Atomic boson-fermion mixtures in one-dimensional box potentials: Few-body and mean-field many-body analyses

We study binary atomic boson-fermion mixtures confined in one dimensional box potentials by few-body theory with contact interactions and mean-field many-body theory with density-density interactions. A variety of correlations and structures arise as the inter-and intraspecies interactions are tuned. Both few-body and many-body results show that miscible phase and three-chunk phase separation are directly observable in the density profiles. Meanwhile, two-chunk phase separation can be inferred from the few-body correlations and many-body density profiles. We present phase diagrams of selected types of atomic mixtures to show where different structures survive. The few-body analysis demonstrates that two-body correlation functions can reveal information relevant to the results from many-body calculations or experiments.

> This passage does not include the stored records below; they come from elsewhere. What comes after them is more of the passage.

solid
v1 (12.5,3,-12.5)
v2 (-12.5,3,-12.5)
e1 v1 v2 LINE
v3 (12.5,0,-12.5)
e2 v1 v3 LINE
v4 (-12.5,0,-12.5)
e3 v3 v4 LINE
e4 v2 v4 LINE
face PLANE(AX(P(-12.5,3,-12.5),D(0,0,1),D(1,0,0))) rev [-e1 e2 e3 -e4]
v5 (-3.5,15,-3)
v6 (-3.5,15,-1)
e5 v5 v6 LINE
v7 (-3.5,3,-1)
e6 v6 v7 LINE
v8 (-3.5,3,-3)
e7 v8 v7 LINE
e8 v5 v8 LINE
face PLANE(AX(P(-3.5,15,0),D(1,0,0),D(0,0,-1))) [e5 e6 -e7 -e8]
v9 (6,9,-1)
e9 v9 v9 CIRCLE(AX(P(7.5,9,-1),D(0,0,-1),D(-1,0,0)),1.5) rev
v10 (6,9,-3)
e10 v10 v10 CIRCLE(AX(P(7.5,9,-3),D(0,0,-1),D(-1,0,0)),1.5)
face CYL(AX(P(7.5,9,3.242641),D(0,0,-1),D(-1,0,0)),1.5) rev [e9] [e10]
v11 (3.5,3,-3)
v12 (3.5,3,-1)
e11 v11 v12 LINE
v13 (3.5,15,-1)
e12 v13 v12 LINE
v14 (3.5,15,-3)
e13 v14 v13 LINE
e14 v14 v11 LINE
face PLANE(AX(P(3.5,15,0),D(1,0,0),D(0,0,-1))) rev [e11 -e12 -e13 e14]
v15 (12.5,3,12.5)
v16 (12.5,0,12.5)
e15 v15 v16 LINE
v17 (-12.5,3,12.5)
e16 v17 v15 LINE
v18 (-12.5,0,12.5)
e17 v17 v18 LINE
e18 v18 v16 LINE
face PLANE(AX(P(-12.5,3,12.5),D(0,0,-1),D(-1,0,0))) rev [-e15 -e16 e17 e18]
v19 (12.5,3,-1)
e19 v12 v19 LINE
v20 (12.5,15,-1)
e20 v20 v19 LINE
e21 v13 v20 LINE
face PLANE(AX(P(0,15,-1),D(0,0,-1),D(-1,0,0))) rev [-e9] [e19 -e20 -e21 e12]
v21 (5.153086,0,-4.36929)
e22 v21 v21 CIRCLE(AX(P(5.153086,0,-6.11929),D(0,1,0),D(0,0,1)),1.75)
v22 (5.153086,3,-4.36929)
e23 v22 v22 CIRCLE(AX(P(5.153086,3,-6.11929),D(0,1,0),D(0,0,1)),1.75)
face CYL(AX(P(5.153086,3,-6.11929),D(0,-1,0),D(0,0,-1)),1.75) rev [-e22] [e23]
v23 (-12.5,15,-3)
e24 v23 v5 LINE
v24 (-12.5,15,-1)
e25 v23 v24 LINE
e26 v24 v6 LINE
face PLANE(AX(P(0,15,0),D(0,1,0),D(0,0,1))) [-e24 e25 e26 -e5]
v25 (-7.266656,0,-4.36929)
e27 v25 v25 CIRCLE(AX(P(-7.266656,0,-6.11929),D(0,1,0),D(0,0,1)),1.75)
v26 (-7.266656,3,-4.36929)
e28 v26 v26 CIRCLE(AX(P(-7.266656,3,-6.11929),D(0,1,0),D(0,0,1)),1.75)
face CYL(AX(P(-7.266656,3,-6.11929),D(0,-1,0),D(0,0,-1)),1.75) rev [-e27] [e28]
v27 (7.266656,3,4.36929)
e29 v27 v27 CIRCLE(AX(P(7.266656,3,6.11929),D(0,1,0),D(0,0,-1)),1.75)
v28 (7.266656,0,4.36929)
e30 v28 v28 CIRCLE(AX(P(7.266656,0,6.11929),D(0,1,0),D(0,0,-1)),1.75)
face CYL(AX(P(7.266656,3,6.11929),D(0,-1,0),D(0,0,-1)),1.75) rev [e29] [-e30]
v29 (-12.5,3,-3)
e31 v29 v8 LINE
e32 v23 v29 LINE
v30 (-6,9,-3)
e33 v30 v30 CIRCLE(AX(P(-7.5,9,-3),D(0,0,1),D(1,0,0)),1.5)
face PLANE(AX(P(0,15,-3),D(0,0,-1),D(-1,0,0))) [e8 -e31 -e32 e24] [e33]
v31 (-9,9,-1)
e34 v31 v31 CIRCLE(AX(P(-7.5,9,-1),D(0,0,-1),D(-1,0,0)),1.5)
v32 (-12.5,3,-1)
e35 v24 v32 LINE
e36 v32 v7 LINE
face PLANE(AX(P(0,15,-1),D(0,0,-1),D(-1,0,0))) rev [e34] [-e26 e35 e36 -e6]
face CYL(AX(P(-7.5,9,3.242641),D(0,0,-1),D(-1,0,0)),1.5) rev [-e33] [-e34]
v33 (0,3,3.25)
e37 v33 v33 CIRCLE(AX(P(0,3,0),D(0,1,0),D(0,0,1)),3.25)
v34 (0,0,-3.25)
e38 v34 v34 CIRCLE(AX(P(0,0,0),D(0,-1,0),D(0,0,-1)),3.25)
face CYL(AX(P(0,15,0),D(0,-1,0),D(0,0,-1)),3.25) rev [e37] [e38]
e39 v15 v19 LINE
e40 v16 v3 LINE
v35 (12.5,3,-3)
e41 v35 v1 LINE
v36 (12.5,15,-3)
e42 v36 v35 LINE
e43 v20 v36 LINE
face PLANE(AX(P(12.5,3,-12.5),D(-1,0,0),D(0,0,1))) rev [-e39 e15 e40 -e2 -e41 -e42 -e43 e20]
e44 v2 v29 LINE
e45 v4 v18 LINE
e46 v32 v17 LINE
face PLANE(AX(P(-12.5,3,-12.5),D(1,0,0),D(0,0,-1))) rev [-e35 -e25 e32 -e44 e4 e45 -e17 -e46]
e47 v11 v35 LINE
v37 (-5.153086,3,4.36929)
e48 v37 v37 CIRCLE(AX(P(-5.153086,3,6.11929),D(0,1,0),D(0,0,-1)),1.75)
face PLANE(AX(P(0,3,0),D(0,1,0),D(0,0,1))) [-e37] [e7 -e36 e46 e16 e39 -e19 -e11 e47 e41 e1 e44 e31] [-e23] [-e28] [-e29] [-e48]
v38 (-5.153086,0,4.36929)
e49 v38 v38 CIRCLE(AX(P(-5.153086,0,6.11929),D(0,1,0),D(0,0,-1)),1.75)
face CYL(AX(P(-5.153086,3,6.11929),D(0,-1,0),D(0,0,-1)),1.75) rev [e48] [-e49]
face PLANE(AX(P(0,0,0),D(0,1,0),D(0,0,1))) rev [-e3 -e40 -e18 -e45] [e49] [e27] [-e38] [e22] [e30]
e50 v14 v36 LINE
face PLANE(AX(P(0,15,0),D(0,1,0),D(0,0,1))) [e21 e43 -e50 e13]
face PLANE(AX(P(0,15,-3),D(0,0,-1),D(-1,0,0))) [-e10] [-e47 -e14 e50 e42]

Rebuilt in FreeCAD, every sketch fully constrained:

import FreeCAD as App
import Part
import Sketcher

V = App.Vector

doc = App.newDocument("Part")
body = doc.addObject("PartDesign::Body", "Body")

# Sketch on XZ plane
sketch1 = body.newObject("Sketcher::SketchObject", "Sketch")
sketch1.AttachmentSupport = (doc.getObject("XZ_Plane"), [""])
sketch1.MapMode = "FlatFace"
sketch1.addGeometry([
    Part.LineSegment(V(-12.5, -12.5, 0), V(-12.5, 12.5, 0)),
    Part.LineSegment(V(-12.5, 12.5, 0), V(12.5, 12.5, 0)),
    Part.LineSegment(V(12.5, 12.5, 0), V(12.5, -12.5, 0)),
    Part.LineSegment(V(12.5, -12.5, 0), V(-12.5, -12.5, 0)),
], False)
sketch1.addConstraint([
    Sketcher.Constraint("Coincident", 0, 2, 1, 1),
    Sketcher.Constraint("Coincident", 1, 2, 2, 1),
    Sketcher.Constraint("Coincident", 2, 2, 3, 1),
    Sketcher.Constraint("Coincident", 3, 2, 0, 1),
    Sketcher.Constraint("Vertical", 0),
    Sketcher.Constraint("Horizontal", 1),
    Sketcher.Constraint("Vertical", 2),
    Sketcher.Constraint("Horizontal", 3),
    Sketcher.Constraint("Symmetric", 0, 2, 2, 2, -1, 1),
    Sketcher.Constraint("Equal", 3, 0),
    Sketcher.Constraint("DistanceX", 1, 1, 1, 2, 25.0),
])
pad1 = body.newObject("PartDesign::Pad", "Pad")
pad1.Profile = sketch1
pad1.Length = 3
pad1.Reversed = True

# Sketch on XZ plane
sketch2 = body.newObject("Sketcher::SketchObject", "Sketch001")
sketch2.AttachmentSupport = (doc.getObject("XZ_Plane"), [""])
sketch2.MapMode = "FlatFace"
sketch2.addGeometry([
    Part.Circle(V(-7.266656, -6.11929, 0), V(0, 0, 1), 1.75),
    Part.Circle(V(5.153086, -6.11929, 0), V(0, 0, 1), 1.75),
    Part.Circle(V(-5.153086, 6.11929, 0), V(0, 0, 1), 1.75),
    Part.Circle(V(7.266656, 6.11929, 0), V(0, 0, 1), 1.75),
], False)
sketch2.addConstraint([
    Sketcher.Constraint("Equal", 0, 1),
    Sketcher.Constraint("Equal", 1, 2),
    Sketcher.Constraint("Equal", 2, 3),
    Sketcher.Constraint("Symmetric", 1, 3, 2, 3, -1, 1),
    Sketcher.Constraint("Symmetric", 0, 3, 3, 3, -1, 1),
    Sketcher.Constraint("Horizontal", 0, 3, 1, 3),
    Sketcher.Constraint("Diameter", 0, 3.5),
    Sketcher.Constraint("DistanceY", 0, 3, -1, 1, 6.11929),
    Sketcher.Constraint("DistanceX", 0, 3, 2, 3, 2.11357),
    Sketcher.Constraint("DistanceX", 2, 3, 1, 3, 10.306172),
])
pocket1 = body.newObject("PartDesign::Pocket", "Pocket")
pocket1.Profile = sketch2
pocket1.Type = "ThroughAll"

# Sketch on XZ plane
sketch3 = body.newObject("Sketcher::SketchObject", "Sketch002")
sketch3.AttachmentSupport = (doc.getObject("XZ_Plane"), [""])
sketch3.MapMode = "FlatFace"
sketch3.AttachmentOffset = App.Placement(V(0, 0, -3), App.Rotation())
sketch3.addGeometry([
    Part.LineSegment(V(3.5, -3, 0), V(3.5, -1, 0)),  # 0
    Part.LineSegment(V(3.5, -1, 0), V(12.5, -1, 0)),  # 1
    Part.LineSegment(V(12.5, -1, 0), V(12.5, -3, 0)),  # 2
    Part.LineSegment(V(12.5, -3, 0), V(3.5, -3, 0)),  # 3
    Part.LineSegment(V(-12.5, -3, 0), V(-12.5, -1, 0)),  # 4
    Part.LineSegment(V(-12.5, -1, 0), V(-3.5, -1, 0)),  # 5
    Part.LineSegment(V(-3.5, -1, 0), V(-3.5, -3, 0)),  # 6
    Part.LineSegment(V(-3.5, -3, 0), V(-12.5, -3, 0)),  # 7
], False)
sketch3.addConstraint([
    Sketcher.Constraint("Coincident", 0, 2, 1, 1),
    Sketcher.Constraint("Coincident", 1, 2, 2, 1),
    Sketcher.Constraint("Coincident", 2, 2, 3, 1),
    Sketcher.Constraint("Coincident", 3, 2, 0, 1),
    Sketcher.Constraint("Coincident", 4, 2, 5, 1),
    Sketcher.Constraint("Coincident", 5, 2, 6, 1),
    Sketcher.Constraint("Coincident", 6, 2, 7, 1),
    Sketcher.Constraint("Coincident", 7, 2, 4, 1),
    Sketcher.Constraint("Vertical", 0),
    Sketcher.Constraint("Horizontal", 1),
    Sketcher.Constraint("Vertical", 2),
    Sketcher.Constraint("Horizontal", 3),
    Sketcher.Constraint("Vertical", 4),
    Sketcher.Constraint("Horizontal", 5),
    Sketcher.Constraint("Vertical", 6),
    Sketcher.Constraint("Horizontal", 7),
    Sketcher.Constraint("Symmetric", 1, 2, 4, 2, -2),
    Sketcher.Constraint("Symmetric", 3, 2, 6, 2, -2),
    Sketcher.Constraint("DistanceX", 1, 1, 1, 2, 9.0),
    Sketcher.Constraint("DistanceY", 0, 1, 0, 2, 2.0),
    Sketcher.Constraint("DistanceY", 0, 2, -1, 1, 1.0),
    Sketcher.Constraint("DistanceX", 4, 2, 0, 2, 16.0),
])
pad2 = body.newObject("PartDesign::Pad", "Pad001")
pad2.Profile = sketch3
pad2.Length = 12
pad2.Reversed = True

# Sketch on XZ plane
sketch4 = body.newObject("Sketcher::SketchObject", "Sketch003")
sketch4.AttachmentSupport = (doc.getObject("XZ_Plane"), [""])
sketch4.MapMode = "FlatFace"
sketch4.addGeometry(Part.Circle(V(0, 0, 0), V(0, 0, 1), 3.25), False)
sketch4.addConstraint([
    Sketcher.Constraint("Coincident", 0, 3, -1, 1),
    Sketcher.Constraint("Diameter", 0, 6.5),
])
pocket2 = body.newObject("PartDesign::Pocket", "Pocket001")
pocket2.Profile = sketch4
pocket2.Type = "ThroughAll"

# Sketch on XY plane
sketch5 = body.newObject("Sketcher::SketchObject", "Sketch004")
sketch5.AttachmentSupport = (doc.getObject("XY_Plane"), [""])
sketch5.MapMode = "FlatFace"
sketch5.AttachmentOffset = App.Placement(V(0, 0, -3), App.Rotation())
sketch5.addGeometry([
    Part.Circle(V(7.5, 9, 0), V(0, 0, 1), 1.5),
    Part.Circle(V(-7.5, 9, 0), V(0, 0, 1), 1.5),
], False)
sketch5.addConstraint([
    Sketcher.Constraint("Equal", 0, 1),
    Sketcher.Constraint("Symmetric", 0, 3, 1, 3, -2),
    Sketcher.Constraint("Diameter", 0, 3.0),
    Sketcher.Constraint("DistanceY", -1, 1, 0, 3, 9.0),
    Sketcher.Constraint("DistanceX", 1, 3, 0, 3, 15.0),
])
pocket3 = body.newObject("PartDesign::Pocket", "Pocket002")
pocket3.Profile = sketch5
pocket3.Length = 2
pocket3.Reversed = True

doc.recompute()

From the many-body density profiles in the phase-separation regime, we extract the healing lengths of both species and explain the scaling behavior by an energy-competition argument.

Automated summary

We investigate binary atomic boson-fermion mixtures confined in one-dimensional box potentials using few-body theory and mean-field many-body theory. Different correlations and structures can be observed by tuning inter- and intra-species interactions. Both few-body and many-body calculations demonstrate the presence of miscible phase, three-chunk phase separation, and two-chunk phase separation. Phase diagrams are presented to illustrate the regions where different structures exist. The analysis of two-body correlation functions in few-body theory provides information relevant to many-body calculations or experiments. The healing lengths of both species in the phase-separation regime are extracted from many-body density profiles, and their scaling behavior is explained by an energy-competition argument.